**Assignment:** Which lines of the records hold the string "DIRECTION"? Report only how many of them there are.

Stored items
========

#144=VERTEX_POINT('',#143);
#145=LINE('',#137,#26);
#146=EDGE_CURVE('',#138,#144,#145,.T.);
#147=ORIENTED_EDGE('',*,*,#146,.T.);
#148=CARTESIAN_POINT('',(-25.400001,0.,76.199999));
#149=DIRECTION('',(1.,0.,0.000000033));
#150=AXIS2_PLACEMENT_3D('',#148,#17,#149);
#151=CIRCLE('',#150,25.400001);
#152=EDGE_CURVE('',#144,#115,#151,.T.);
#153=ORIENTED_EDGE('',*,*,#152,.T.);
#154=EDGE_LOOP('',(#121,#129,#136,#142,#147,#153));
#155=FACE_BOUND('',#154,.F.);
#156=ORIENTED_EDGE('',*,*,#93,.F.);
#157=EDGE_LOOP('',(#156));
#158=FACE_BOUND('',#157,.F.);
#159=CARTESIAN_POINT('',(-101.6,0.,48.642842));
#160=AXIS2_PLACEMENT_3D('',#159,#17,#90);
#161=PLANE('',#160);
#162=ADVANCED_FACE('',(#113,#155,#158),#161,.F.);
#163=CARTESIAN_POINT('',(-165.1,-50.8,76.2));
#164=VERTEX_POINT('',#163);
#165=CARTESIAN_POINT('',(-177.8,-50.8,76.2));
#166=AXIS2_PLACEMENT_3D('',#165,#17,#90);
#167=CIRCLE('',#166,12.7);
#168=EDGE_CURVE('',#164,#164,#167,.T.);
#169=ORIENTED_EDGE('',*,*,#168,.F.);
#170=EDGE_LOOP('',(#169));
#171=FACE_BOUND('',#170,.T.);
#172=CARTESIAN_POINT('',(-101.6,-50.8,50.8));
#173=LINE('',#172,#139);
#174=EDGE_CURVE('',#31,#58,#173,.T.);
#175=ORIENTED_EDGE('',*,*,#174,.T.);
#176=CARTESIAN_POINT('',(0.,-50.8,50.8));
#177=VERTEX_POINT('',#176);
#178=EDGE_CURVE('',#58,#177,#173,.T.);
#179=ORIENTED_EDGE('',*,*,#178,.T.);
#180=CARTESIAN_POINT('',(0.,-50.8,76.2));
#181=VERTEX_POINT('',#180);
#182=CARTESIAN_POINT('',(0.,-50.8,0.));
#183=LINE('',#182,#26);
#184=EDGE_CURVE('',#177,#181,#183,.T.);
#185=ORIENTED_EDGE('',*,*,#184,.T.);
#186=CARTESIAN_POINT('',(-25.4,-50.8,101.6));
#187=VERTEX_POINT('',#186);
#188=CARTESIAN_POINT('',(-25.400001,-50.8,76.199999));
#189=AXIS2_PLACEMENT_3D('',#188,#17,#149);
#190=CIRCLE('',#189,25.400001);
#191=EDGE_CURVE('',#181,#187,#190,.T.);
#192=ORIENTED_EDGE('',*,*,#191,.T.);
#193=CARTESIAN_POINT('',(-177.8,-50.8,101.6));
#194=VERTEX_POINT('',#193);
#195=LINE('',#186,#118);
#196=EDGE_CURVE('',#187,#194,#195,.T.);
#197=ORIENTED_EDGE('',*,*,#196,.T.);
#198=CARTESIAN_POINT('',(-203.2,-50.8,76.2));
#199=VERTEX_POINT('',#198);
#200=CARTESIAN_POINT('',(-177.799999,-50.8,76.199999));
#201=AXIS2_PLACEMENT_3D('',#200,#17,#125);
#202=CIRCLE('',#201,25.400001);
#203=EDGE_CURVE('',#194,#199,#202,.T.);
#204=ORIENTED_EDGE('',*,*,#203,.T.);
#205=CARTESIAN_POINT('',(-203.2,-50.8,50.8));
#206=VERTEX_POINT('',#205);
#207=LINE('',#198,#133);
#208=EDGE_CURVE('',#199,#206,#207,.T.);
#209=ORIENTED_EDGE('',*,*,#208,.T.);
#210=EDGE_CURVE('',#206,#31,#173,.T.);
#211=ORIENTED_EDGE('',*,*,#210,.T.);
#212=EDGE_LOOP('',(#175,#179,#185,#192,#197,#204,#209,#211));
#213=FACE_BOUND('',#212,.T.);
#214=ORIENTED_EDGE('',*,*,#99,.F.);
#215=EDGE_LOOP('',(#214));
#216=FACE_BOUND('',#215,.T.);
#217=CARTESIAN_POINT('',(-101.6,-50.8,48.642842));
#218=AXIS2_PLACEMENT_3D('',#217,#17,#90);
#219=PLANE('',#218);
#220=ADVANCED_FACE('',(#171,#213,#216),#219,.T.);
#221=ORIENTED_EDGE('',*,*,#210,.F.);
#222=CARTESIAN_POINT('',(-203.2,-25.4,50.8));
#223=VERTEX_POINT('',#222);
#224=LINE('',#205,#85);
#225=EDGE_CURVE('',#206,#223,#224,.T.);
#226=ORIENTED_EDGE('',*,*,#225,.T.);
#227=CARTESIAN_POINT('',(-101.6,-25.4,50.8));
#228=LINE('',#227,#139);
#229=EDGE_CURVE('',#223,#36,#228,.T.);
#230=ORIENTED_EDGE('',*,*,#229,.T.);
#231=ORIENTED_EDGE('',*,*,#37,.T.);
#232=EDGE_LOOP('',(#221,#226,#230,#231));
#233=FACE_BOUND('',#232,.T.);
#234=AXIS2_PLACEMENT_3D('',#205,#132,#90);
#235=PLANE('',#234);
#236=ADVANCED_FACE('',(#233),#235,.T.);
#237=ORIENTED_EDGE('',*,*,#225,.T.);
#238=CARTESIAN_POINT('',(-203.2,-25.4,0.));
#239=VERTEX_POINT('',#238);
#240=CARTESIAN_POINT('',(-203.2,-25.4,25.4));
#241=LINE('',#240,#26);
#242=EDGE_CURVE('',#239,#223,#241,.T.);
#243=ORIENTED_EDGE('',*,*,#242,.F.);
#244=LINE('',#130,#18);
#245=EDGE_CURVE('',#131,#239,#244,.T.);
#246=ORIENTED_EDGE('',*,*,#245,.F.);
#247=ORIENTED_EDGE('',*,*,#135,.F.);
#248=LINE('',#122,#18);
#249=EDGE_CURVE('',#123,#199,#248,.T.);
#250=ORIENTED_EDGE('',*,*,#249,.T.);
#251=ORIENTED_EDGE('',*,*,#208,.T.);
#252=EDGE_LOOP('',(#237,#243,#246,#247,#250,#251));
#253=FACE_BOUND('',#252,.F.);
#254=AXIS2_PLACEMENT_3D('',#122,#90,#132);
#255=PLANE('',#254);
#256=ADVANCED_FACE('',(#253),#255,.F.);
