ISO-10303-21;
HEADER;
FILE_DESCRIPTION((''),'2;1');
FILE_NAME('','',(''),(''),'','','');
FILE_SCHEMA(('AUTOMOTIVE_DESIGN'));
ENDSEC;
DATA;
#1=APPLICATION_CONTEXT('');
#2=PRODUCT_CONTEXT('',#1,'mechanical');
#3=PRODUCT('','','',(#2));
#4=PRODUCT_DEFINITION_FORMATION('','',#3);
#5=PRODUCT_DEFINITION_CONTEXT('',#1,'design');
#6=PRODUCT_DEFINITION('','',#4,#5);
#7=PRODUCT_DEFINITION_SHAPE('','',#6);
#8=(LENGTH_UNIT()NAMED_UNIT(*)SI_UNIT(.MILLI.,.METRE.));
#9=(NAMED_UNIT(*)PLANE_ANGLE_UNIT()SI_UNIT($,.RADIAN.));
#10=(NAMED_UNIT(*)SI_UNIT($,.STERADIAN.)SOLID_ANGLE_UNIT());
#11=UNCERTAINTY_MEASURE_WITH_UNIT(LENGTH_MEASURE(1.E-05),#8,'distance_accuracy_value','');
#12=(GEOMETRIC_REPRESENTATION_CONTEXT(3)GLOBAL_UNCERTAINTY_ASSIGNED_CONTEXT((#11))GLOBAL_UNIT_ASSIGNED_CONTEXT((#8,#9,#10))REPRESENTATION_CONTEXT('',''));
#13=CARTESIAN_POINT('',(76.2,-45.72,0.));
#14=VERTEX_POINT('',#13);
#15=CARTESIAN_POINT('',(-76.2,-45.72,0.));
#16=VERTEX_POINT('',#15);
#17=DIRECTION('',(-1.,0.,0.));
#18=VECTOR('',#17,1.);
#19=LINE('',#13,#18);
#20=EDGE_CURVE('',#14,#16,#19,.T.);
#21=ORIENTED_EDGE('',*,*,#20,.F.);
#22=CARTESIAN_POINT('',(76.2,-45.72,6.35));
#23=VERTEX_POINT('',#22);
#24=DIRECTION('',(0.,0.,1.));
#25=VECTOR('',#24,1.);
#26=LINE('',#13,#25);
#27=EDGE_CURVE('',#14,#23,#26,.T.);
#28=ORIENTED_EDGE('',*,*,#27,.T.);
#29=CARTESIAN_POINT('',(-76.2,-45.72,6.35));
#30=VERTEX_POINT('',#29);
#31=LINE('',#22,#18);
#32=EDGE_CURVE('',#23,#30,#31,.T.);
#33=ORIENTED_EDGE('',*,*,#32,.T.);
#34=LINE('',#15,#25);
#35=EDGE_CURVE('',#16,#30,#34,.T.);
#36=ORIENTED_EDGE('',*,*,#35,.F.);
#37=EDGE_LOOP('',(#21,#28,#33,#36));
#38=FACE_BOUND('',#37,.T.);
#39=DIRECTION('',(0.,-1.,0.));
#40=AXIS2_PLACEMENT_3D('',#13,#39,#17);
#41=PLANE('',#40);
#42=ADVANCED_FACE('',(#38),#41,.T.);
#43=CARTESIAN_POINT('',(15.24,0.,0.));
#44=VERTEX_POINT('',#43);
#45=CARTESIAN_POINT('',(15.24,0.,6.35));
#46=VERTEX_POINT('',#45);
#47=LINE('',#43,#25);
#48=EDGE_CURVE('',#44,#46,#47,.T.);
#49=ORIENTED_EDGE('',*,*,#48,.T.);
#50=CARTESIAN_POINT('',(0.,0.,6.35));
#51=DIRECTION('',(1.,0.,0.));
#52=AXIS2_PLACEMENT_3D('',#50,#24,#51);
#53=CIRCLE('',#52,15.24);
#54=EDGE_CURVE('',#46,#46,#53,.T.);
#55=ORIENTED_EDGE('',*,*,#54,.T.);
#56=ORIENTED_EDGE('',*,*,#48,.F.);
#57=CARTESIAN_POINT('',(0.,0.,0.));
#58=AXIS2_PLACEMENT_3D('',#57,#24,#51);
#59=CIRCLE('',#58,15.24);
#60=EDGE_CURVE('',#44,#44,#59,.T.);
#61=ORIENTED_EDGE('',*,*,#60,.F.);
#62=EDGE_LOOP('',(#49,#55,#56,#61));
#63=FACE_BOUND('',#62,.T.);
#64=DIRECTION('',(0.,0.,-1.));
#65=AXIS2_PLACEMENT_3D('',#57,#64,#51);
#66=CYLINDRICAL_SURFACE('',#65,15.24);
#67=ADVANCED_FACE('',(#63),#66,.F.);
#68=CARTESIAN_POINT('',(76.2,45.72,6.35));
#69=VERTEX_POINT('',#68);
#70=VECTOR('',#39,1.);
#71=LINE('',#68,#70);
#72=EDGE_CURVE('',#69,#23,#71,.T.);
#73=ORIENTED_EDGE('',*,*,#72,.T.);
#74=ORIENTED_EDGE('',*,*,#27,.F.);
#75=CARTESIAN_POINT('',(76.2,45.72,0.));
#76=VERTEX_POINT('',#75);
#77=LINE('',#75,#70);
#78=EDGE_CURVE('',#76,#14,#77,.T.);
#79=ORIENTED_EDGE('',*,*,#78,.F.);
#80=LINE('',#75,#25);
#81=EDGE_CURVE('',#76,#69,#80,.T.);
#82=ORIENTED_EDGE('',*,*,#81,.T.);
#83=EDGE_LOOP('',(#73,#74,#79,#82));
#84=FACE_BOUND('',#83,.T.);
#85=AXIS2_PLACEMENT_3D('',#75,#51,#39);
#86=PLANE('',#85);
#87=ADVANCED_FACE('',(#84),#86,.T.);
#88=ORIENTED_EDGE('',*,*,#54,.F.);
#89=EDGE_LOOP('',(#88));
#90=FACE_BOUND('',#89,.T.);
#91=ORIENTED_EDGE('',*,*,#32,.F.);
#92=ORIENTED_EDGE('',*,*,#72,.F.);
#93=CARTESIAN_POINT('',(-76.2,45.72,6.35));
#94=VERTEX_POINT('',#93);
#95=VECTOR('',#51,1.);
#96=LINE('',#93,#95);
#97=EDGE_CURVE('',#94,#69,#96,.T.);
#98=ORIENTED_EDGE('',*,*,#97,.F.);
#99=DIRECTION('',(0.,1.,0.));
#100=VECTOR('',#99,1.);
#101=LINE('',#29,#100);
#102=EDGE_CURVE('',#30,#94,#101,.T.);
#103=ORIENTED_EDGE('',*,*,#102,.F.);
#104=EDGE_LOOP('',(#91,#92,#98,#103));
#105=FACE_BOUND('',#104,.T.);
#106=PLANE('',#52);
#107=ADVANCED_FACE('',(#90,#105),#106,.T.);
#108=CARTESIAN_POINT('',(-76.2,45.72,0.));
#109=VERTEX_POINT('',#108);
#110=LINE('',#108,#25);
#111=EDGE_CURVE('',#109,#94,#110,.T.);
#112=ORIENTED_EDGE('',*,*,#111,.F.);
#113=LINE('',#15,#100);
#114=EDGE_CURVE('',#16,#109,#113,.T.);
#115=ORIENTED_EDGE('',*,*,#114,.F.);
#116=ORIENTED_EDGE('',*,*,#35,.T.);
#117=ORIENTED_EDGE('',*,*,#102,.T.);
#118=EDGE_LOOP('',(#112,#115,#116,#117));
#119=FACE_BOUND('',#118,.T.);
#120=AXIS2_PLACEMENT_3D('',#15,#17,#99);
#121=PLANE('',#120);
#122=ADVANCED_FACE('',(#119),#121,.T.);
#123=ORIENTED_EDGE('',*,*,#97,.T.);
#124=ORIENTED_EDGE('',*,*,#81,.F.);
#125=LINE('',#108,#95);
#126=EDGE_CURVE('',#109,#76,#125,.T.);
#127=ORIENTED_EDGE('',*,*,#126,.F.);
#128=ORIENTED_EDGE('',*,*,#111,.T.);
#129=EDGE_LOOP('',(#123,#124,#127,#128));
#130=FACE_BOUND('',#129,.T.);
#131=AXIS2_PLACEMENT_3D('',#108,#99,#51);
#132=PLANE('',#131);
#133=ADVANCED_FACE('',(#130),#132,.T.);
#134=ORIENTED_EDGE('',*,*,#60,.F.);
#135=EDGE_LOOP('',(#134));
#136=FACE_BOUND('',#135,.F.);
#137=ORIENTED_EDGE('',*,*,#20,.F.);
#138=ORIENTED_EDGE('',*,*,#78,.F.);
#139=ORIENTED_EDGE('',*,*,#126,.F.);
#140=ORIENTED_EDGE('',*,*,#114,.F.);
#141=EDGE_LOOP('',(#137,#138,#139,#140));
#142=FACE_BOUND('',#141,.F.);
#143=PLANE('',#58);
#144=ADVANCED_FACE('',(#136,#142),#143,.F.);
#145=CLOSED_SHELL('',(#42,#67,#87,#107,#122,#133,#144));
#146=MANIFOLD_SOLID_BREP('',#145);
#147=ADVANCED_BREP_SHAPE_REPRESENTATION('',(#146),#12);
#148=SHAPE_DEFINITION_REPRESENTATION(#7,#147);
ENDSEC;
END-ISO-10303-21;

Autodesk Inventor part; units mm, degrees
ref_plane "YZ Plane" through (0, 0, 0) normal (1, 0, 0) x (0, 1, 0)
ref_plane "XZ Plane" through (0, 0, 0) normal (0, 1, 0) x (-1, 0, 0)
ref_plane "XY Plane" through (0, 0, 0) normal (0, 0, 1) x (1, 0, 0)
sketch "Sketch1" plane through (0, 0, 0) normal (0, 0, 1) x (1, 0, 0)
  line L0 (-76.2, 45.72) -> (76.2, 45.72)
  line L1 (76.2, 45.72) -> (76.2, -45.72)
  line L2 (76.2, -45.72) -> (-76.2, -45.72)
  line L3 (-76.2, -45.72) -> (-76.2, 45.72)
  circle A0 centre (0, 0) radius 15.24
  dimension "d0" = 152.4
  dimension "d1" = 91.44
  dimension "d2" = 76.2
  dimension "d3" = 45.72
  dimension "d4" = 30.48
extrude "Extrusion1" add sketch "Sketch1" along normal blind 6.35
equation "\"d2\" = 0.5 * d0"
equation "\"d3\" = 0.5 * d1"
equation "\"d4\" = 0.333333 * d1"
properties part number "rectangle"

========

**Task result:** 7